What is being asked
Only these lines of the data below are wanted: the one with "#20=EDGE_CURVE('',#14,#14,#19,.T.);", the one with "#76=ORIENTED_EDGE('',*,*,#75,.T.);", and any lines between them, each repeated exactly.
Segment Open
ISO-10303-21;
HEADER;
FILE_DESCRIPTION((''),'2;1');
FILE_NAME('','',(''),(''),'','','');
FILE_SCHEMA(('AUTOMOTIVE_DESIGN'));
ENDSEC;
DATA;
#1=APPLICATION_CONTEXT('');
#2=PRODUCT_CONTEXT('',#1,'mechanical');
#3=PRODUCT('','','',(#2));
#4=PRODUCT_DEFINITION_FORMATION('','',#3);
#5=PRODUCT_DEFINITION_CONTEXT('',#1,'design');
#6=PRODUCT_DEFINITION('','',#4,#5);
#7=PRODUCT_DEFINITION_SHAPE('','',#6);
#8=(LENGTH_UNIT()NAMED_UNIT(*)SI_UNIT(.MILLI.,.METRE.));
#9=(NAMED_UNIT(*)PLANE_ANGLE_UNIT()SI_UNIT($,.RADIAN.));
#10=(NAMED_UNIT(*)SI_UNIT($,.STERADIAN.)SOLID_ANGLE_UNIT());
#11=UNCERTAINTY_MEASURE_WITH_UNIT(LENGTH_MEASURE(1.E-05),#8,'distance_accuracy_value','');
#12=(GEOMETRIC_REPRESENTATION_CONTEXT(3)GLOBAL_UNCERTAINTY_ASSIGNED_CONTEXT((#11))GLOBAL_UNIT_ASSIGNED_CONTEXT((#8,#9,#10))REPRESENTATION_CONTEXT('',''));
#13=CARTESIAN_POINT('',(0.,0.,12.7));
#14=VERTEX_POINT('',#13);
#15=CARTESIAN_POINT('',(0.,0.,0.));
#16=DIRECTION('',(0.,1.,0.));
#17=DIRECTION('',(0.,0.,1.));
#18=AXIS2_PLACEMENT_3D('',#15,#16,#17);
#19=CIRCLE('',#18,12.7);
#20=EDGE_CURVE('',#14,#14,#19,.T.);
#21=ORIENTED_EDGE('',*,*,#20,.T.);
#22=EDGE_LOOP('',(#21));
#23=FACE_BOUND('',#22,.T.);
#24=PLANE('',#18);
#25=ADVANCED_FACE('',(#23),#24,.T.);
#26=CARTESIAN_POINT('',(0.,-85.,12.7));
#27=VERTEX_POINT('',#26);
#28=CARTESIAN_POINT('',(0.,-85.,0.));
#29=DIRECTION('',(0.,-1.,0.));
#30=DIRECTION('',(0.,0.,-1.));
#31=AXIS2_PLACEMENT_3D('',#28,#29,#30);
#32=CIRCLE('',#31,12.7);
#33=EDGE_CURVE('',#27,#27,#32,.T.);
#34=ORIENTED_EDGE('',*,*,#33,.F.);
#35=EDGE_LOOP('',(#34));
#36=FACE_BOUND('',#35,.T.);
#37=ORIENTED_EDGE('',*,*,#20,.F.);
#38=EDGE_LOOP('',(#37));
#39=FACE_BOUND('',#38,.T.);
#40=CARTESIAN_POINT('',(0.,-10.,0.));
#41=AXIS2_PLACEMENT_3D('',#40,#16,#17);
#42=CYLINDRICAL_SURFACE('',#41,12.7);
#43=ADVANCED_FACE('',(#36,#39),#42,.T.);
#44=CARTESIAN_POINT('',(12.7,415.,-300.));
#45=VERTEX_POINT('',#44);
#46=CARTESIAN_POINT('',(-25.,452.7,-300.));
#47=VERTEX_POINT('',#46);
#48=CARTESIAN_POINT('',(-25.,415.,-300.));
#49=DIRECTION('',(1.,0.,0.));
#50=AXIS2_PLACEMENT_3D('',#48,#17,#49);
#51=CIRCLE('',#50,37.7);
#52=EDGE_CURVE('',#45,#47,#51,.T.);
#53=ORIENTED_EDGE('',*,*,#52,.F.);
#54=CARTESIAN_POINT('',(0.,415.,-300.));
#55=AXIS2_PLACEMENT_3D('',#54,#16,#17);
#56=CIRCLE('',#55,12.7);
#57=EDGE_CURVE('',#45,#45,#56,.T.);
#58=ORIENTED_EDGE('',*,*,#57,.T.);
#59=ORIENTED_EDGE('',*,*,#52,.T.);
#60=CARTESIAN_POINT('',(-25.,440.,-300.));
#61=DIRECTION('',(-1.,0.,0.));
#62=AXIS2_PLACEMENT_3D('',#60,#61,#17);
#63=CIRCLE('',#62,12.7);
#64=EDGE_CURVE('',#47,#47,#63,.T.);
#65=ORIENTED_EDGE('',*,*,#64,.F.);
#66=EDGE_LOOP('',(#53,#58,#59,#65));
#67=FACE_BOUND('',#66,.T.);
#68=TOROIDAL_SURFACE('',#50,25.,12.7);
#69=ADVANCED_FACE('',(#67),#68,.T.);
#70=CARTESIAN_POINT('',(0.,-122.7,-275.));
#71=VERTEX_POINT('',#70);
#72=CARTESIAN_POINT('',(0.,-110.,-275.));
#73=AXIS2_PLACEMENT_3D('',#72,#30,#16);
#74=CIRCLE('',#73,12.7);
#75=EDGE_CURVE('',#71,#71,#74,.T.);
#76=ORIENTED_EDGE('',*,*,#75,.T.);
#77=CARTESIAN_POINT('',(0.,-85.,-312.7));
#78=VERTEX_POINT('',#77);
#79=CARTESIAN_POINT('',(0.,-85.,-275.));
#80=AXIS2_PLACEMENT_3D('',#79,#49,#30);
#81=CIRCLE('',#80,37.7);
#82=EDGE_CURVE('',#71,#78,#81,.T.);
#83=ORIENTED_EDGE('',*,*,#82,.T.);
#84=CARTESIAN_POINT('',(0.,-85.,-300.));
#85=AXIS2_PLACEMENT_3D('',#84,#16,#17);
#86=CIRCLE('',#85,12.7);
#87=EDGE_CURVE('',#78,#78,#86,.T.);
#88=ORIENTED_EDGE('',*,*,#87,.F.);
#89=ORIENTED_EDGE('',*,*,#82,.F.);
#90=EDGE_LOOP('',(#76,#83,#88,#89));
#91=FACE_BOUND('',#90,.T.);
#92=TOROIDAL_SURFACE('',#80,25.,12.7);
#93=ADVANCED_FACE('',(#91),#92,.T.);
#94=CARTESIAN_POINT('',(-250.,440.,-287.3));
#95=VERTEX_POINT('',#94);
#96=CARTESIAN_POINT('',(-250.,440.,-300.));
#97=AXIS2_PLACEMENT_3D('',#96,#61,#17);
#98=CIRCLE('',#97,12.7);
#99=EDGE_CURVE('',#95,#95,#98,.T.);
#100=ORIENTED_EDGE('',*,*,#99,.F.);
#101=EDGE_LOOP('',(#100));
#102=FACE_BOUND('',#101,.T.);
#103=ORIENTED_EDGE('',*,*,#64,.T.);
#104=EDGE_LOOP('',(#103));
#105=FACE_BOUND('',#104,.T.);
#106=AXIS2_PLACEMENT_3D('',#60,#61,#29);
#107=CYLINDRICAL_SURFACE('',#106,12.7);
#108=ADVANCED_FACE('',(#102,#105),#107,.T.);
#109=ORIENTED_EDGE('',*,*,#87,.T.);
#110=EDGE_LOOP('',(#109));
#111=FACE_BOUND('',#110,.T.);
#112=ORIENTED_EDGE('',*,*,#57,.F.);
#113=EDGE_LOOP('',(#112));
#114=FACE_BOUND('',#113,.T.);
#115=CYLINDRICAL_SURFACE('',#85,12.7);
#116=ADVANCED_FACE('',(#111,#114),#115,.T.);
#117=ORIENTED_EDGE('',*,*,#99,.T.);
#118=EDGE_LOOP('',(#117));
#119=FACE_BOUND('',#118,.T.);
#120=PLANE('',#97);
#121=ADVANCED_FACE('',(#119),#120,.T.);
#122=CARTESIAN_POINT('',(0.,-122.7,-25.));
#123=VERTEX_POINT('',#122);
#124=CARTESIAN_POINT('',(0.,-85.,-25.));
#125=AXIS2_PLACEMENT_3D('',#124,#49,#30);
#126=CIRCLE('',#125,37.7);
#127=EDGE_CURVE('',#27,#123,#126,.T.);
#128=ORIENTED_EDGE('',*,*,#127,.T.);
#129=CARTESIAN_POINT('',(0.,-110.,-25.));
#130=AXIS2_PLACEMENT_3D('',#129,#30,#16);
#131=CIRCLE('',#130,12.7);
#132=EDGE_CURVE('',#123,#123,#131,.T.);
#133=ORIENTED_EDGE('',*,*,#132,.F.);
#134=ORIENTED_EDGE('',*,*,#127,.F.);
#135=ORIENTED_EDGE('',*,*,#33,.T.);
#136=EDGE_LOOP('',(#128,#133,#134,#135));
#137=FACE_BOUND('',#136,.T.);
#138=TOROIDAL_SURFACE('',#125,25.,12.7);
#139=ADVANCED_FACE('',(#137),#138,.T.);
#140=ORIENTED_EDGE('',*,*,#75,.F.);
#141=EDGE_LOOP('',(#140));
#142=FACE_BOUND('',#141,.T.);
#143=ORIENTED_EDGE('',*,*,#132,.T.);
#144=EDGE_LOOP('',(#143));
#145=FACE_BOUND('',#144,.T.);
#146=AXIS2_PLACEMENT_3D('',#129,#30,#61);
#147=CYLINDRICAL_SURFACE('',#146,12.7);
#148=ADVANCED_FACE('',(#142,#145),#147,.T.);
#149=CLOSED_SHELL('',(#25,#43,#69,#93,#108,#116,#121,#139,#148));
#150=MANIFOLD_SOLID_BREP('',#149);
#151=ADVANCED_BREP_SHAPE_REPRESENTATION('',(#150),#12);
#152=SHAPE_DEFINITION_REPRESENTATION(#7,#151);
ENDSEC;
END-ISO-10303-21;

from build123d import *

# Parameters (mm, degrees)
CROQUIS1_R              = 12.7
SALIENTE_EXTRUIR1_DEPTH = 10
CROQUIS2_R              = 12.7


with BuildPart() as part:
    # Croquis1 → Saliente-Extruir1 (new body)
    with BuildSketch(Plane(origin=(0, 0, 0), x_dir=(1, 0, 0), z_dir=(0, 1, 0))):
        with Locations(Location((0, 0, 0), (0, 0, 270))):
            Circle(CROQUIS1_R)
    extrude(amount=-SALIENTE_EXTRUIR1_DEPTH)

    # Barrer1: sweep along a curve in space
    with BuildLine() as barrer1_path:
        Line((0, -10, 0), (0, -85, 0))
        ThreePointArc((0, -85, 0), (0, -102.67766953, -7.32233047), (0, -110, -25))
        Line((0, -110, -25), (0, -110, -275))
        ThreePointArc((0, -110, -275), (0, -102.67766953, -292.67766953), (0, -85, -300))
        Line((0, -85, -300), (0, 415, -300))
        ThreePointArc((0, 415, -300), (-7.32233047, 432.67766953, -300), (-25, 440, -300))
        Line((-25, 440, -300), (-250, 440, -300))
    # Croquis2 → Barrer1 (sweep)
    with BuildSketch(Plane.XZ.offset(10)):
        Circle(CROQUIS2_R)
    sweep(path=barrer1_path.line)


solid = part.part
Segment Closed
Task output
#20=EDGE_CURVE('',#14,#14,#19,.T.);
#21=ORIENTED_EDGE('',*,*,#20,.T.);
#22=EDGE_LOOP('',(#21));
#23=FACE_BOUND('',#22,.T.);
#24=PLANE('',#18);
#25=ADVANCED_FACE('',(#23),#24,.T.);
#26=CARTESIAN_POINT('',(0.,-85.,12.7));
#27=VERTEX_POINT('',#26);
#28=CARTESIAN_POINT('',(0.,-85.,0.));
#29=DIRECTION('',(0.,-1.,0.));
#30=DIRECTION('',(0.,0.,-1.));
#31=AXIS2_PLACEMENT_3D('',#28,#29,#30);
#32=CIRCLE('',#31,12.7);
#33=EDGE_CURVE('',#27,#27,#32,.T.);
#34=ORIENTED_EDGE('',*,*,#33,.F.);
#35=EDGE_LOOP('',(#34));
#36=FACE_BOUND('',#35,.T.);
#37=ORIENTED_EDGE('',*,*,#20,.F.);
#38=EDGE_LOOP('',(#37));
#39=FACE_BOUND('',#38,.T.);
#40=CARTESIAN_POINT('',(0.,-10.,0.));
#41=AXIS2_PLACEMENT_3D('',#40,#16,#17);
#42=CYLINDRICAL_SURFACE('',#41,12.7);
#43=ADVANCED_FACE('',(#36,#39),#42,.T.);
#44=CARTESIAN_POINT('',(12.7,415.,-300.));
#45=VERTEX_POINT('',#44);
#46=CARTESIAN_POINT('',(-25.,452.7,-300.));
#47=VERTEX_POINT('',#46);
#48=CARTESIAN_POINT('',(-25.,415.,-300.));
#49=DIRECTION('',(1.,0.,0.));
#50=AXIS2_PLACEMENT_3D('',#48,#17,#49);
#51=CIRCLE('',#50,37.7);
#52=EDGE_CURVE('',#45,#47,#51,.T.);
#53=ORIENTED_EDGE('',*,*,#52,.F.);
#54=CARTESIAN_POINT('',(0.,415.,-300.));
#55=AXIS2_PLACEMENT_3D('',#54,#16,#17);
#56=CIRCLE('',#55,12.7);
#57=EDGE_CURVE('',#45,#45,#56,.T.);
#58=ORIENTED_EDGE('',*,*,#57,.T.);
#59=ORIENTED_EDGE('',*,*,#52,.T.);
#60=CARTESIAN_POINT('',(-25.,440.,-300.));
#61=DIRECTION('',(-1.,0.,0.));
#62=AXIS2_PLACEMENT_3D('',#60,#61,#17);
#63=CIRCLE('',#62,12.7);
#64=EDGE_CURVE('',#47,#47,#63,.T.);
#65=ORIENTED_EDGE('',*,*,#64,.F.);
#66=EDGE_LOOP('',(#53,#58,#59,#65));
#67=FACE_BOUND('',#66,.T.);
#68=TOROIDAL_SURFACE('',#50,25.,12.7);
#69=ADVANCED_FACE('',(#67),#68,.T.);
#70=CARTESIAN_POINT('',(0.,-122.7,-275.));
#71=VERTEX_POINT('',#70);
#72=CARTESIAN_POINT('',(0.,-110.,-275.));
#73=AXIS2_PLACEMENT_3D('',#72,#30,#16);
#74=CIRCLE('',#73,12.7);
#75=EDGE_CURVE('',#71,#71,#74,.T.);
#76=ORIENTED_EDGE('',*,*,#75,.T.);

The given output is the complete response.